For question 1, an expert panel analyzed the range of and responses to SDoH questions across 6 surveys in the full All of Us dataset (N=372,397; version 6). For question 2, due to systematic missingness and uneven granularity of questions across the surveys, we selected all participants with valid and complete SDoH data and used inverse probability weighting to adjust their imbalance in demographics. Next, an expert panel grouped the SDoH questions into SDoH factors to enable more consistent granularity. To identify the subtypes, we used bipartite modularity maximization for identifying SDoH biclusters and measured their significance and replicability. Next, we measured their association with 3 outcomes (depression, delayed medical care, and emergency room visits in the last year). Finally, the expert panel inferred the subtype labels, potential mechanisms, and targeted interventions.
The question 1 analysis identified 110 SDoH questions across 4 surveys covering all 5 domains in Healthy People 2030. As the SDoH questions varied in granularity, they were categorized by an expert panel into 18 SDoH factors. The question 2 analysis (n=12,913; d=18) identified 4 biclusters with significant biclusteredness (Q=0.13; random-Q=0.11; z=7.5; P<.001) and significant replication (real Rand index=0.88; random Rand index=0.62; P<.001).

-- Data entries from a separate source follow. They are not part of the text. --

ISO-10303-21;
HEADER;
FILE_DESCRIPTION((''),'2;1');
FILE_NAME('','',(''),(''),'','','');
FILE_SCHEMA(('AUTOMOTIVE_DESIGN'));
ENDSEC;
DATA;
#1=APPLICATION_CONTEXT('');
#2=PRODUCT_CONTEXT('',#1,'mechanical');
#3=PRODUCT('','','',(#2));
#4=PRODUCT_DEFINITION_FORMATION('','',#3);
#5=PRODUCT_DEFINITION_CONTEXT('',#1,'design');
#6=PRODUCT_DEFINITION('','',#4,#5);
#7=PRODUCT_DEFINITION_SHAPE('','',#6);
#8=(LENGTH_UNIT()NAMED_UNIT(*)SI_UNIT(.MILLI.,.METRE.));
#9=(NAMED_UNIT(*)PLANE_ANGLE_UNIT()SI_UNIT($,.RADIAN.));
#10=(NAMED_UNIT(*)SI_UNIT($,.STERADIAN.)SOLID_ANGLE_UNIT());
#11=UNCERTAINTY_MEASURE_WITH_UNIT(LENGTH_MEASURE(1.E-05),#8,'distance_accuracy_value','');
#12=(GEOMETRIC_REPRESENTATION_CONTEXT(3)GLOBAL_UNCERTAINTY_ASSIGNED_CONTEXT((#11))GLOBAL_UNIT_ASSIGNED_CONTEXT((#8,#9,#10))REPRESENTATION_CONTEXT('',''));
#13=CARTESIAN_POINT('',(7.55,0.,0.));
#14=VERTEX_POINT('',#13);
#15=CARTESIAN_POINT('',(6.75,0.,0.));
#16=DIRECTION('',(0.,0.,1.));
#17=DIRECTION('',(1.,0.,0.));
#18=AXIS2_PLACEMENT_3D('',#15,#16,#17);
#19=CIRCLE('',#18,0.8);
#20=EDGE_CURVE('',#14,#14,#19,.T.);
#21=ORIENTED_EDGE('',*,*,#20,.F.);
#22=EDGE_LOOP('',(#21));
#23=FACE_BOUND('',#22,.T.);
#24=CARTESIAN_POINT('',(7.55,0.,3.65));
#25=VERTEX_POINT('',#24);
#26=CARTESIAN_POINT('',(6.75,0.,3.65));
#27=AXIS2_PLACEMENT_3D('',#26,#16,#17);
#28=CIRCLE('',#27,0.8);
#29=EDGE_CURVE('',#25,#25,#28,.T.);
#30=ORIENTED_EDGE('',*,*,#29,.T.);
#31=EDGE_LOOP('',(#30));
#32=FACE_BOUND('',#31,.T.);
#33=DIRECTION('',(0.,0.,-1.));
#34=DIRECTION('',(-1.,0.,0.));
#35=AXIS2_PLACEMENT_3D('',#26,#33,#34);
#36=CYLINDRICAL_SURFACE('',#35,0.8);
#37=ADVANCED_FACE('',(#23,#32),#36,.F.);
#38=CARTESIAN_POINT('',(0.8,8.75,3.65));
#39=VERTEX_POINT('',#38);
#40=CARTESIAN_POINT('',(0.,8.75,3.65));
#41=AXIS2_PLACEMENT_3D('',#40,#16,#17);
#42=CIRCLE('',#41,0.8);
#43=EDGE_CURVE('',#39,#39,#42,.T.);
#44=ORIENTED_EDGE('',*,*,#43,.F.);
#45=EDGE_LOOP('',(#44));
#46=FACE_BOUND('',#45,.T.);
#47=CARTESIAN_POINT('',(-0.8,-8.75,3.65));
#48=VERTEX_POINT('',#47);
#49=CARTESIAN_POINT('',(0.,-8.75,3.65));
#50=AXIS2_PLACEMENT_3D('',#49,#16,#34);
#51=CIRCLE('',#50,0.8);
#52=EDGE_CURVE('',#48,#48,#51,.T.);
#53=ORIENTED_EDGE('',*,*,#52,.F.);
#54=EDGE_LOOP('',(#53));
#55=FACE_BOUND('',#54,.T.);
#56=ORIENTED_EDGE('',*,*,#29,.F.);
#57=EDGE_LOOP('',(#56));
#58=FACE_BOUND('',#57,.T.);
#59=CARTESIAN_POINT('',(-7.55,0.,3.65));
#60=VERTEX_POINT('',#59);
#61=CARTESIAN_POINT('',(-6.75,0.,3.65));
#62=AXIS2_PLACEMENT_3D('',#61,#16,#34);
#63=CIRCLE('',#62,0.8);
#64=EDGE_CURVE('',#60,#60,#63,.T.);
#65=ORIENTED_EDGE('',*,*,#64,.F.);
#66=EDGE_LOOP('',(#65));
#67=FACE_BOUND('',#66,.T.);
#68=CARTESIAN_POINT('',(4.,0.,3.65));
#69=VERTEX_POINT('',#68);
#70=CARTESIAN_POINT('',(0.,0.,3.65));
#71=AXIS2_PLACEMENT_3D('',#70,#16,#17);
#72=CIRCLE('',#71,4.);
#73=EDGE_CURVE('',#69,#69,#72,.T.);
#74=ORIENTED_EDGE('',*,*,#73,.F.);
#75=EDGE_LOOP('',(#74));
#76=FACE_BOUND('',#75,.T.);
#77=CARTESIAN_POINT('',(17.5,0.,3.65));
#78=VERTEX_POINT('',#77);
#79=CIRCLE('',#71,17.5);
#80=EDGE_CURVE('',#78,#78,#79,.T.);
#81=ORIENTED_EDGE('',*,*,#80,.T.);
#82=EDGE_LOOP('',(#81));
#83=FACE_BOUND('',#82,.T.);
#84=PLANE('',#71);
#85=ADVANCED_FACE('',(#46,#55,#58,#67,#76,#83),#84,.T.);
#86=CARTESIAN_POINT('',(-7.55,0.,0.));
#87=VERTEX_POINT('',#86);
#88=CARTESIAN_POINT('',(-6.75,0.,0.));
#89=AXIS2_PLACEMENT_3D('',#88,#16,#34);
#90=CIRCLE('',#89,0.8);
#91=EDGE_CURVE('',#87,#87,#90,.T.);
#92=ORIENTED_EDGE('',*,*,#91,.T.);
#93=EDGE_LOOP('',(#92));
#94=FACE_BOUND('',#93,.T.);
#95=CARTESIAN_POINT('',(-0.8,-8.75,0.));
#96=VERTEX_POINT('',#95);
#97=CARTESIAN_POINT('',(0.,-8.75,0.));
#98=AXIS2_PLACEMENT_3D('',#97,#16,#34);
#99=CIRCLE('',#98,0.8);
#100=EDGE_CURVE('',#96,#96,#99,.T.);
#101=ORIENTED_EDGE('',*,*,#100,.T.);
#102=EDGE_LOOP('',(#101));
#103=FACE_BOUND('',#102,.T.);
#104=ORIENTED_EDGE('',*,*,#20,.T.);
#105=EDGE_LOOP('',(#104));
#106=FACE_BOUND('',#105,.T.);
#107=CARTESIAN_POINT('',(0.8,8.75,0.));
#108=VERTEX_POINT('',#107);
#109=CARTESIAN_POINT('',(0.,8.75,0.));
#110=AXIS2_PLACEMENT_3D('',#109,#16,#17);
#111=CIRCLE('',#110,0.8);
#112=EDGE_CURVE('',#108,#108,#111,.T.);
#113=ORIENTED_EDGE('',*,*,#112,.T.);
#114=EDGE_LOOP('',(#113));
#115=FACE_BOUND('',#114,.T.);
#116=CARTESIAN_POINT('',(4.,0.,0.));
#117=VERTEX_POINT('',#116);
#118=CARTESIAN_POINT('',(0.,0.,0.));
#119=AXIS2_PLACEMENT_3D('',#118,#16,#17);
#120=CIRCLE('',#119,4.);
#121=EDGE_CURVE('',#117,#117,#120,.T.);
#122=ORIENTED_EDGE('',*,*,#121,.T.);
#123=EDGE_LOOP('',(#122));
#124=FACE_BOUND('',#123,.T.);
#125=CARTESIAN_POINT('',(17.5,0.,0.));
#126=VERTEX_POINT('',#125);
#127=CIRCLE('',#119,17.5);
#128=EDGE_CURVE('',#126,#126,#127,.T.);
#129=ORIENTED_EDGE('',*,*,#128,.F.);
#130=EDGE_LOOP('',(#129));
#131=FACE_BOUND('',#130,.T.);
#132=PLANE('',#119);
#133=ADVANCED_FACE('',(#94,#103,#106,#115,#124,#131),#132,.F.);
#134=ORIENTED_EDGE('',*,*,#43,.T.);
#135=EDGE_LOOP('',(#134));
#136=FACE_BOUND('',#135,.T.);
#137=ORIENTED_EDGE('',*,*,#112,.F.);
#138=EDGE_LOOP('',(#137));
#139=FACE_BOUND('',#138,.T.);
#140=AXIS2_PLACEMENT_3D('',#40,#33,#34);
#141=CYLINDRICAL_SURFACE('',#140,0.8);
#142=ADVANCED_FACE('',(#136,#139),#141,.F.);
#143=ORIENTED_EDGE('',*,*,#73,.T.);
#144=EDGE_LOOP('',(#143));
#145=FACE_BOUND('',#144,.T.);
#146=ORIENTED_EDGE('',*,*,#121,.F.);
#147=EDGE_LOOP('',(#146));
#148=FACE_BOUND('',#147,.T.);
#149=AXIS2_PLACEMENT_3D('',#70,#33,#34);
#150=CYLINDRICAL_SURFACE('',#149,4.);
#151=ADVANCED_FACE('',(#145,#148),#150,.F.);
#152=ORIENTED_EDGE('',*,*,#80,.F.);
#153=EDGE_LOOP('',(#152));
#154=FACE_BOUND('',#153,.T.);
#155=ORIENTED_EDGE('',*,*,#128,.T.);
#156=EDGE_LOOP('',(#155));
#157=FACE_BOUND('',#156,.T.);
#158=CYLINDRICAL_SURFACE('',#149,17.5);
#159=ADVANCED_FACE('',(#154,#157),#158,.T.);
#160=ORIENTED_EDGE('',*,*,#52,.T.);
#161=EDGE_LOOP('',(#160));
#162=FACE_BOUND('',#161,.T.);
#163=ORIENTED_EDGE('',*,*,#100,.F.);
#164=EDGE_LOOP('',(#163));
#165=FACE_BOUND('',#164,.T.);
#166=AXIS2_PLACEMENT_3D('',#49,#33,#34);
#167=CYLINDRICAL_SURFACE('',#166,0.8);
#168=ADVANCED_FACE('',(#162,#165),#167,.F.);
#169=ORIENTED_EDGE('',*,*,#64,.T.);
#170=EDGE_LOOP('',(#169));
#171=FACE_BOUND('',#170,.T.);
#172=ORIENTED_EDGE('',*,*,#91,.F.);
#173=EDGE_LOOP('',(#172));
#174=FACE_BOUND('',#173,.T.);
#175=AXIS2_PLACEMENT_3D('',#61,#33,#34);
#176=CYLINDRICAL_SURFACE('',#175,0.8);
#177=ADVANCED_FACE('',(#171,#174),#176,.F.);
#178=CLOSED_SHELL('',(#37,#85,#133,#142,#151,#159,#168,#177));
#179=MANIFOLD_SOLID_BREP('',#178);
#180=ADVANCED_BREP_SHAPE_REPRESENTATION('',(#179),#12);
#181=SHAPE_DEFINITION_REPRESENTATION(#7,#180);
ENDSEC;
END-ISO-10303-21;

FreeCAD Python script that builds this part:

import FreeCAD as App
import Part
import Sketcher
Q = App.Units.Quantity

doc = App.newDocument("Part")
body = doc.addObject("PartDesign::Body", "Body")

# Sketch on XY plane
sketch1 = doc.addObject("Sketcher::SketchObject", "Sketch")
body.addObject(sketch1)
sketch1.AttachmentSupport = (doc.XY_Plane, [""])
sketch1.MapMode = "FlatFace"
sketch1.addGeometry(Part.Circle(App.Vector(0, 0, 0), App.Vector(0, 0, 1), 17.5), False)
sketch1.addGeometry(Part.Circle(App.Vector(-6.8, 0, 0), App.Vector(0, 0, 1), 0.8), False)
sketch1.addGeometry(Part.Circle(App.Vector(0, -8.8, 0), App.Vector(0, 0, 1), 0.8), False)
sketch1.addGeometry(Part.Circle(App.Vector(0, 0, 0), App.Vector(0, 0, 1), 4), False)
sketch1.addGeometry(Part.Circle(App.Vector(6.8, 0, 0), App.Vector(0, 0, 1), 0.8), False)
sketch1.addGeometry(Part.Circle(App.Vector(0, 8.8, 0), App.Vector(0, 0, 1), 0.8), False)
sketch1.addConstraint(Sketcher.Constraint("Coincident", 0, 3, -1, 1))
sketch1.addConstraint(Sketcher.Constraint("Coincident", 3, 3, -1, 1))
sketch1.addConstraint(Sketcher.Constraint("Equal", 1, 2))
sketch1.addConstraint(Sketcher.Constraint("Equal", 2, 4))
sketch1.addConstraint(Sketcher.Constraint("Equal", 4, 5))
sketch1.addConstraint(Sketcher.Constraint("Symmetric", 1, 3, 4, 3, -1, 1))
sketch1.addConstraint(Sketcher.Constraint("Symmetric", 2, 3, 5, 3, -1, 1))
sketch1.addConstraint(Sketcher.Constraint("PointOnObject", 1, 3, -1))
sketch1.addConstraint(Sketcher.Constraint("PointOnObject", 2, 3, -2))
sketch1.addConstraint(Sketcher.Constraint("Diameter", 0, Q("35 mm")))
sketch1.addConstraint(Sketcher.Constraint("Diameter", 3, Q("8 mm")))
sketch1.addConstraint(Sketcher.Constraint("Diameter", 1, Q("1.6 mm")))
sketch1.addConstraint(Sketcher.Constraint("DistanceX", 1, 3, 4, 3, Q("13.5 mm")))
sketch1.addConstraint(Sketcher.Constraint("DistanceY", 2, 3, 5, 3, Q("17.5 mm")))
pad1 = doc.addObject("PartDesign::Pad", "Pad")
body.addObject(pad1)
pad1.Profile = sketch1
pad1.Length = 3.65

doc.recompute()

Each subtype had significant associations with specific outcomes and had meaningful interpretations and potential targeted interventions. For example, the Socioeconomic barriers subtype included 6 SDoH factors (eg, not employed and food insecurity) and had a significantly higher odds ratio (4.2, 95% CI 3.5-5.1; P<.001) for depression when compared to other subtypes. The expert panel inferred implications of the results for designing interventions and health care policies based on SDoH subtypes.
This study identified SDoH subtypes that had statistically significant biclusteredness and replicability, each of which had significant associations with specific adverse health outcomes and with translational implications for targeted SDoH interventions and health care policies. However, the high degree of systematic missingness requires repeating the analysis as the data become more complete by using our generalizable and scalable machine learning code available on the All of Us workbench.
健康的社会决定因素(SDoH),如经济资源和住房稳定性,在人们的健康结果中占比30%至55%。虽然许多研究已经确定了特定的SDoH与健康结果之间的紧密关联,但对于SDoH如何共同出现以形成对设计有针对性干预措施至关重要的亚型,我们却知之甚少。只有通过“我们所有人”项目,这种分析现在才成为可能。
本研究旨在分析“我们所有人”数据集,以解决两个研究问题:(1)与SDoH相关的调查问题的范围和回答是什么?(2)SDoH如何共同出现以形成亚型,以及它们对不良健康结果的风险是什么?
对于问题1,一个专家小组分析了完整的“我们所有人”数据集中6项调查中与SDoH问题相关的范围和回答(N = 372,397;版本6)。对于问题2,由于调查中问题存在系统性缺失和粒度不均,我们选择了所有拥有有效且完整SDoH数据的参与者,并使用逆概率加权来调整他们在人口统计学上的不平衡。接下来,一个专家小组将SDoH问题分组为SDoH因素,以实现更一致的粒度。为了识别亚型,我们使用二分模块最大化来识别SDoH双聚类,并测量它们的显著性和可重复性。接下来,我们测量它们与3个结果(抑郁、延迟医疗护理和去年的急诊就诊)的关联。最后,专家小组推断亚型标签、潜在机制和有针对性的干预措施。
问题1的分析在4项调查中确定了110个与SDoH相关的问题,涵盖了《健康人民2030》中的所有5个领域。由于SDoH问题在粒度上有所不同,专家小组将它们分类为18个SDoH因素。问题2的分析(n = 12,913;维度 = 18)确定了4个具有显著双聚类性的双聚类(Q = 0.13;随机Q = 0.11;z = 7.5;P <.001)和显著的可重复性(真实兰德指数 = 0.88;随机兰德指数 = 0.62;P <.001)。每个亚型与特定结果都有显著关联,并且有有意义的解释和潜在的针对性干预措施。例如,社会经济障碍亚型包括6个SDoH因素(如未就业和粮食不安全),与其他亚型相比,抑郁的优势比显著更高(4.2,95%置信区间3.5 - 5.1;P <.001)。专家小组推断了这些结果对基于SDoH亚型设计干预措施和医疗保健政策的启示。
本研究确定了具有统计学显著双聚类性和可重复性的SDoH亚型,每个亚型都与特定的不良健康结果有显著关联,并对有针对性的SDoH干预措施和医疗保健政策具有转化意义。然而,由于高度的系统性缺失,需要随着数据通过使用我们在“我们所有人”工作台上提供的可推广和可扩展的机器学习代码变得更加完整,重复进行分析。